» **Raw data**
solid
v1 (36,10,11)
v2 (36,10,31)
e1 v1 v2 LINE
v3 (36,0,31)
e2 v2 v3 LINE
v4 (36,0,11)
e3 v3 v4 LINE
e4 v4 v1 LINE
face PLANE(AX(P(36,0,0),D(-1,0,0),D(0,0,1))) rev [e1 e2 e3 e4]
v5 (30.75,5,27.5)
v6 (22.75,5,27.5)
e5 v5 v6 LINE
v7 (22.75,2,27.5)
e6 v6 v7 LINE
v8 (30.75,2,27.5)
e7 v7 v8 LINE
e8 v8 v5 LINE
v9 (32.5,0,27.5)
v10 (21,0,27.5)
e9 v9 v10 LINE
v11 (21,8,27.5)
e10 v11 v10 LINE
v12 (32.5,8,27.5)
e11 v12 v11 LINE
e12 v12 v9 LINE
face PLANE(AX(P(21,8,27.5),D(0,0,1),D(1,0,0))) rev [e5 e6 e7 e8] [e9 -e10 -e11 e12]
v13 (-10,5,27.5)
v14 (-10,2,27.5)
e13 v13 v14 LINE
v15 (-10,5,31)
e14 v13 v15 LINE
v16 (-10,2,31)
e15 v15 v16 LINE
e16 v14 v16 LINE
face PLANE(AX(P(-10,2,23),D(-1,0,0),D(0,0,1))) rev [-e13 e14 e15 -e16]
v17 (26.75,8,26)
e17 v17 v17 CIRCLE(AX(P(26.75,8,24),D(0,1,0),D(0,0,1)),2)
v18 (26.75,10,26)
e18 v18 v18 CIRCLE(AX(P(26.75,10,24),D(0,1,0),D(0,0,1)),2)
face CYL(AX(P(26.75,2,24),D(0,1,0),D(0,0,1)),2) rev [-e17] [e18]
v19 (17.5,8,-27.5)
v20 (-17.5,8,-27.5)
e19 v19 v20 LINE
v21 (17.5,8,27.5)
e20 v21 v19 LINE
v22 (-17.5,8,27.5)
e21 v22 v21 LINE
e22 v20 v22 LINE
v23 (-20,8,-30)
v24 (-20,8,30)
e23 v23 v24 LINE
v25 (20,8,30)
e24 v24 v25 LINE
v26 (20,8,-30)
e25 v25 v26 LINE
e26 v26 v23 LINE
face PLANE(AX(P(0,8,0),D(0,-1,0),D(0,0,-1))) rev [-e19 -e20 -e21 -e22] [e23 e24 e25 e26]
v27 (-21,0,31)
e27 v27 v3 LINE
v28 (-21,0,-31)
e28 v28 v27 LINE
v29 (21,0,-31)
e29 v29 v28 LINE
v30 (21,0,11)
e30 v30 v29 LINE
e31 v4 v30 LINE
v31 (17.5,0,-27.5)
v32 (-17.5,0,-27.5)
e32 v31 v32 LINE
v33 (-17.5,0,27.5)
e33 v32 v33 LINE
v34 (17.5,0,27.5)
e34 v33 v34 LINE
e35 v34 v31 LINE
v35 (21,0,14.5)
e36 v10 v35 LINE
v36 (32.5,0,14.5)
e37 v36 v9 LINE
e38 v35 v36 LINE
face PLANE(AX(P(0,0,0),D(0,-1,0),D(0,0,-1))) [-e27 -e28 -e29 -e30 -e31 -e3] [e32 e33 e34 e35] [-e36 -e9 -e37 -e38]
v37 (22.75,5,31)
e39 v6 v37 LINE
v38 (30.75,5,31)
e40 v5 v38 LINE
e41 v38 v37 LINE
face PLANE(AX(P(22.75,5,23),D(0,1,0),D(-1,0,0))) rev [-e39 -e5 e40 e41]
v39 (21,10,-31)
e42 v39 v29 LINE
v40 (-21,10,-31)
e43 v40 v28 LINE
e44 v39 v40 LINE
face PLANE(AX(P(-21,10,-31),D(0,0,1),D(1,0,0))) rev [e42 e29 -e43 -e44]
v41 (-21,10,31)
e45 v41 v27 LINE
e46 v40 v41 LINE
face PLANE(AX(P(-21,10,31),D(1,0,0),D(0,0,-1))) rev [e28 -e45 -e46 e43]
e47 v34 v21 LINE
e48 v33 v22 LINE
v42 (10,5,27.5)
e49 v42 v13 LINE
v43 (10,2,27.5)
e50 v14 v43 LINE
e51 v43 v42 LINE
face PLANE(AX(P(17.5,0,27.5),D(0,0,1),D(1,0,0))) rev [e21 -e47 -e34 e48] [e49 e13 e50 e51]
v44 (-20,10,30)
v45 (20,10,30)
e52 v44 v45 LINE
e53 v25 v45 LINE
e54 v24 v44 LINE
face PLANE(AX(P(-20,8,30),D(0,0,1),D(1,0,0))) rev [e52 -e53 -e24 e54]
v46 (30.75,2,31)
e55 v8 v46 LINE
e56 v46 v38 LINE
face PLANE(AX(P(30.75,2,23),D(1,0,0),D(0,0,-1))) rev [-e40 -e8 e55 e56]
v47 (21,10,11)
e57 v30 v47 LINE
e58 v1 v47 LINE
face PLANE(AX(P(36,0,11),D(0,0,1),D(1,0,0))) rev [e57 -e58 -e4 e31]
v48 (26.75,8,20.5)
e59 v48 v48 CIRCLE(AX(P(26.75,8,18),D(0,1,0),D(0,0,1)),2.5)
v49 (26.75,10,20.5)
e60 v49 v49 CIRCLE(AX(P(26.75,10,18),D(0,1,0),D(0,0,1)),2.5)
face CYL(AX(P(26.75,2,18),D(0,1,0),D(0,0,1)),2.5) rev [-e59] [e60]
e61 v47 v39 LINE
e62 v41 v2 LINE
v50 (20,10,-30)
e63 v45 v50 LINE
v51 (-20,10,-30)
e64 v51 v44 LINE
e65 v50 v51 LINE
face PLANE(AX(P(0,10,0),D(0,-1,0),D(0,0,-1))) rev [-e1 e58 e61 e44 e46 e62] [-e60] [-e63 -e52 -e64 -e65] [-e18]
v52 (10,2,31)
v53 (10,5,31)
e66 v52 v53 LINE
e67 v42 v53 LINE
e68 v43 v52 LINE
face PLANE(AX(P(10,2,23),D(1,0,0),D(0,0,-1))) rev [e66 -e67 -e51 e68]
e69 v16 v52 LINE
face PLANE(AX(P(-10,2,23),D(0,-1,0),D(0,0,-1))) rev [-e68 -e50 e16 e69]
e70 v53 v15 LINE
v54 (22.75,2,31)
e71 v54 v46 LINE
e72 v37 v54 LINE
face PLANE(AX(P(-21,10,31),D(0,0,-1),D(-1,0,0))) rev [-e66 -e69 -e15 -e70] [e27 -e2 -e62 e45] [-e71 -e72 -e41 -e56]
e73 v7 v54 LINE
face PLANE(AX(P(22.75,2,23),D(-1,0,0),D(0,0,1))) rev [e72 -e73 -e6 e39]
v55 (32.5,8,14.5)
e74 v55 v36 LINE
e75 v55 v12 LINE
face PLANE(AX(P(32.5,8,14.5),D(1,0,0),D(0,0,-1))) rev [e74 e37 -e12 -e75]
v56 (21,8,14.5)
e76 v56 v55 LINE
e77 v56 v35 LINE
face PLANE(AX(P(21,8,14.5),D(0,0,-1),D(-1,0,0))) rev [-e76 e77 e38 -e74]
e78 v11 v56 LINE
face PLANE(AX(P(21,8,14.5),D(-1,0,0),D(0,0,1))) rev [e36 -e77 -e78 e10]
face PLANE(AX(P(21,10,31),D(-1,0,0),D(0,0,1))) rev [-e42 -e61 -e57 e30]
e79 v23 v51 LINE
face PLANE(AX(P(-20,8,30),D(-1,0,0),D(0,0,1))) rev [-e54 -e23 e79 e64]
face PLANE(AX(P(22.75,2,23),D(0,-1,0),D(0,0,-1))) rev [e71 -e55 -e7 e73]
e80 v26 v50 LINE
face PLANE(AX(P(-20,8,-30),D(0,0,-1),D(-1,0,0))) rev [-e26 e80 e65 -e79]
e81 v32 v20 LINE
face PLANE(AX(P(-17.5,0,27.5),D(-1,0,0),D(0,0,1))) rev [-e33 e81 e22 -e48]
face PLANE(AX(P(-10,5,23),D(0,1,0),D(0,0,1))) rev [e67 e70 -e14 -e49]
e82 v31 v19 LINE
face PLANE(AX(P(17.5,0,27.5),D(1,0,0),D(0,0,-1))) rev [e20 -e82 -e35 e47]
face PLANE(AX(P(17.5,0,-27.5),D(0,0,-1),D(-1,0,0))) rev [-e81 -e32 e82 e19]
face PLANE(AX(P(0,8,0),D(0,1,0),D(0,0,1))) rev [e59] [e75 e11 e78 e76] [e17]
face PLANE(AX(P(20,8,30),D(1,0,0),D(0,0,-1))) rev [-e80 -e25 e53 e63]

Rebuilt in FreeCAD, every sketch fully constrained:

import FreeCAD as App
import Part
import Sketcher

V = App.Vector
Q = App.Units.Quantity

doc = App.newDocument("Part")
body = doc.addObject("PartDesign::Body", "Body")

sketch1 = body.newObject("Sketcher::SketchObject", "Sketch")
sketch1.AttachmentSupport = (doc.getObject("XZ_Plane"), [""])
sketch1.MapMode = "FlatFace"
sketch1.addGeometry([
    Part.LineSegment(V(-21, -31, 0), V(-21, 31, 0)),
    Part.LineSegment(V(-21, 31, 0), V(21, 31, 0)),
    Part.LineSegment(V(21, 31, 0), V(21, -31, 0)),
    Part.LineSegment(V(21, -31, 0), V(-21, -31, 0)),
], False)
sketch1.addConstraint([
    Sketcher.Constraint("Coincident", 0, 2, 1, 1),
    Sketcher.Constraint("Coincident", 1, 2, 2, 1),
    Sketcher.Constraint("Coincident", 2, 2, 3, 1),
    Sketcher.Constraint("Coincident", 3, 2, 0, 1),
    Sketcher.Constraint("Vertical", 0),
    Sketcher.Constraint("Horizontal", 1),
    Sketcher.Constraint("Vertical", 2),
    Sketcher.Constraint("Horizontal", 3),
    Sketcher.Constraint("Symmetric", 0, 2, 2, 2, -1, 1),
    Sketcher.Constraint("DistanceX", 1, 1, 1, 2, Q("42 mm")),
    Sketcher.Constraint("DistanceY", 0, 1, 0, 2, Q("62 mm")),
])
pad1 = body.newObject("PartDesign::Pad", "Pad")
pad1.Profile = sketch1
pad1.Length = 10
pad1.Reversed = True

sketch2 = body.newObject("Sketcher::SketchObject", "Sketch001")
sketch2.AttachmentSupport = (doc.getObject("XZ_Plane"), [""])
sketch2.MapMode = "FlatFace"
sketch2.AttachmentOffset = App.Placement(V(0, 0, -10), App.Rotation())
sketch2.addGeometry([
    Part.LineSegment(V(-20, -30, 0), V(-20, 30, 0)),
    Part.LineSegment(V(-20, 30, 0), V(20, 30, 0)),
    Part.LineSegment(V(20, 30, 0), V(20, -30, 0)),
    Part.LineSegment(V(20, -30, 0), V(-20, -30, 0)),
], False)
sketch2.addConstraint([
    Sketcher.Constraint("Coincident", 0, 2, 1, 1),
    Sketcher.Constraint("Coincident", 1, 2, 2, 1),
    Sketcher.Constraint("Coincident", 2, 2, 3, 1),
    Sketcher.Constraint("Coincident", 3, 2, 0, 1),
    Sketcher.Constraint("Vertical", 0),
    Sketcher.Constraint("Horizontal", 1),
    Sketcher.Constraint("Vertical", 2),
    Sketcher.Constraint("Horizontal", 3),
    Sketcher.Constraint("Symmetric", 0, 2, 2, 2, -1, 1),
    Sketcher.Constraint("DistanceX", 1, 1, 1, 2, Q("40 mm")),
    Sketcher.Constraint("DistanceY", 0, 1, 0, 2, Q("60 mm")),
])
pocket1 = body.newObject("PartDesign::Pocket", "Pocket")
pocket1.Profile = sketch2
pocket1.Length = 2
pocket1.Reversed = True

sketch3 = body.newObject("Sketcher::SketchObject", "Sketch002")
sketch3.AttachmentSupport = (doc.getObject("XZ_Plane"), [""])
sketch3.MapMode = "FlatFace"
sketch3.AttachmentOffset = App.Placement(V(0, 0, -8), App.Rotation())
sketch3.addGeometry([
    Part.LineSegment(V(-18, -28, 0), V(-18, 28, 0)),
    Part.LineSegment(V(-18, 28, 0), V(18, 28, 0)),
    Part.LineSegment(V(18, 28, 0), V(18, -28, 0)),
    Part.LineSegment(V(18, -28, 0), V(-18, -28, 0)),
], False)
sketch3.addConstraint([
    Sketcher.Constraint("Coincident", 0, 2, 1, 1),
    Sketcher.Constraint("Coincident", 1, 2, 2, 1),
    Sketcher.Constraint("Coincident", 2, 2, 3, 1),
    Sketcher.Constraint("Coincident", 3, 2, 0, 1),
    Sketcher.Constraint("Vertical", 0),
    Sketcher.Constraint("Horizontal", 1),
    Sketcher.Constraint("Vertical", 2),
    Sketcher.Constraint("Horizontal", 3),
    Sketcher.Constraint("Symmetric", 0, 2, 2, 2, -1, 1),
    Sketcher.Constraint("DistanceX", 1, 1, 1, 2, Q("35 mm")),
    Sketcher.Constraint("DistanceY", 0, 1, 0, 2, Q("55 mm")),
])
pocket2 = body.newObject("PartDesign::Pocket", "Pocket001")
pocket2.Profile = sketch3
pocket2.Length = 8
pocket2.Reversed = True

sketch4 = body.newObject("Sketcher::SketchObject", "Sketch003")
sketch4.AttachmentSupport = (doc.getObject("XY_Plane"), [""])
sketch4.MapMode = "FlatFace"
sketch4.AttachmentOffset = App.Placement(V(0, 0, 31), App.Rotation())
sketch4.addGeometry([
    Part.LineSegment(V(-10, 5, 0), V(-10, 2, 0)),
    Part.LineSegment(V(-10, 2, 0), V(10, 2, 0)),
    Part.LineSegment(V(10, 2, 0), V(10, 5, 0)),
    Part.LineSegment(V(10, 5, 0), V(-10, 5, 0)),
], False)
sketch4.addConstraint([
    Sketcher.Constraint("Coincident", 0, 2, 1, 1),
    Sketcher.Constraint("Coincident", 1, 2, 2, 1),
    Sketcher.Constraint("Coincident", 2, 2, 3, 1),
    Sketcher.Constraint("Coincident", 3, 2, 0, 1),
    Sketcher.Constraint("Vertical", 0),
    Sketcher.Constraint("Horizontal", 1),
    Sketcher.Constraint("Vertical", 2),
    Sketcher.Constraint("Horizontal", 3),
    Sketcher.Constraint("DistanceX", 1, 1, 1, 2, Q("20 mm")),
    Sketcher.Constraint("DistanceY", 0, 2, 0, 1, Q("3 mm")),
    Sketcher.Constraint("DistanceX", 0, 2, -1, 1, Q("10 mm")),
    Sketcher.Constraint("DistanceY", -1, 1, 0, 2, Q("2 mm")),
])
pocket3 = body.newObject("PartDesign::Pocket", "Pocket002")
pocket3.Profile = sketch4
pocket3.Length = 8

» **Work instruction**
Reproduce verbatim the lines above, from the line with "face PLANE(AX(P(-10,2,23),D(-1,0,0),D(0,0,1))) rev" through the line with "e46 v40 v41 LINE".

» **Output below**
face PLANE(AX(P(-10,2,23),D(-1,0,0),D(0,0,1))) rev [-e13 e14 e15 -e16]
v17 (26.75,8,26)
e17 v17 v17 CIRCLE(AX(P(26.75,8,24),D(0,1,0),D(0,0,1)),2)
v18 (26.75,10,26)
e18 v18 v18 CIRCLE(AX(P(26.75,10,24),D(0,1,0),D(0,0,1)),2)
face CYL(AX(P(26.75,2,24),D(0,1,0),D(0,0,1)),2) rev [-e17] [e18]
v19 (17.5,8,-27.5)
v20 (-17.5,8,-27.5)
e19 v19 v20 LINE
v21 (17.5,8,27.5)
e20 v21 v19 LINE
v22 (-17.5,8,27.5)
e21 v22 v21 LINE
e22 v20 v22 LINE
v23 (-20,8,-30)
v24 (-20,8,30)
e23 v23 v24 LINE
v25 (20,8,30)
e24 v24 v25 LINE
v26 (20,8,-30)
e25 v25 v26 LINE
e26 v26 v23 LINE
face PLANE(AX(P(0,8,0),D(0,-1,0),D(0,0,-1))) rev [-e19 -e20 -e21 -e22] [e23 e24 e25 e26]
v27 (-21,0,31)
e27 v27 v3 LINE
v28 (-21,0,-31)
e28 v28 v27 LINE
v29 (21,0,-31)
e29 v29 v28 LINE
v30 (21,0,11)
e30 v30 v29 LINE
e31 v4 v30 LINE
v31 (17.5,0,-27.5)
v32 (-17.5,0,-27.5)
e32 v31 v32 LINE
v33 (-17.5,0,27.5)
e33 v32 v33 LINE
v34 (17.5,0,27.5)
e34 v33 v34 LINE
e35 v34 v31 LINE
v35 (21,0,14.5)
e36 v10 v35 LINE
v36 (32.5,0,14.5)
e37 v36 v9 LINE
e38 v35 v36 LINE
face PLANE(AX(P(0,0,0),D(0,-1,0),D(0,0,-1))) [-e27 -e28 -e29 -e30 -e31 -e3] [e32 e33 e34 e35] [-e36 -e9 -e37 -e38]
v37 (22.75,5,31)
e39 v6 v37 LINE
v38 (30.75,5,31)
e40 v5 v38 LINE
e41 v38 v37 LINE
face PLANE(AX(P(22.75,5,23),D(0,1,0),D(-1,0,0))) rev [-e39 -e5 e40 e41]
v39 (21,10,-31)
e42 v39 v29 LINE
v40 (-21,10,-31)
e43 v40 v28 LINE
e44 v39 v40 LINE
face PLANE(AX(P(-21,10,-31),D(0,0,1),D(1,0,0))) rev [e42 e29 -e43 -e44]
v41 (-21,10,31)
e45 v41 v27 LINE
e46 v40 v41 LINE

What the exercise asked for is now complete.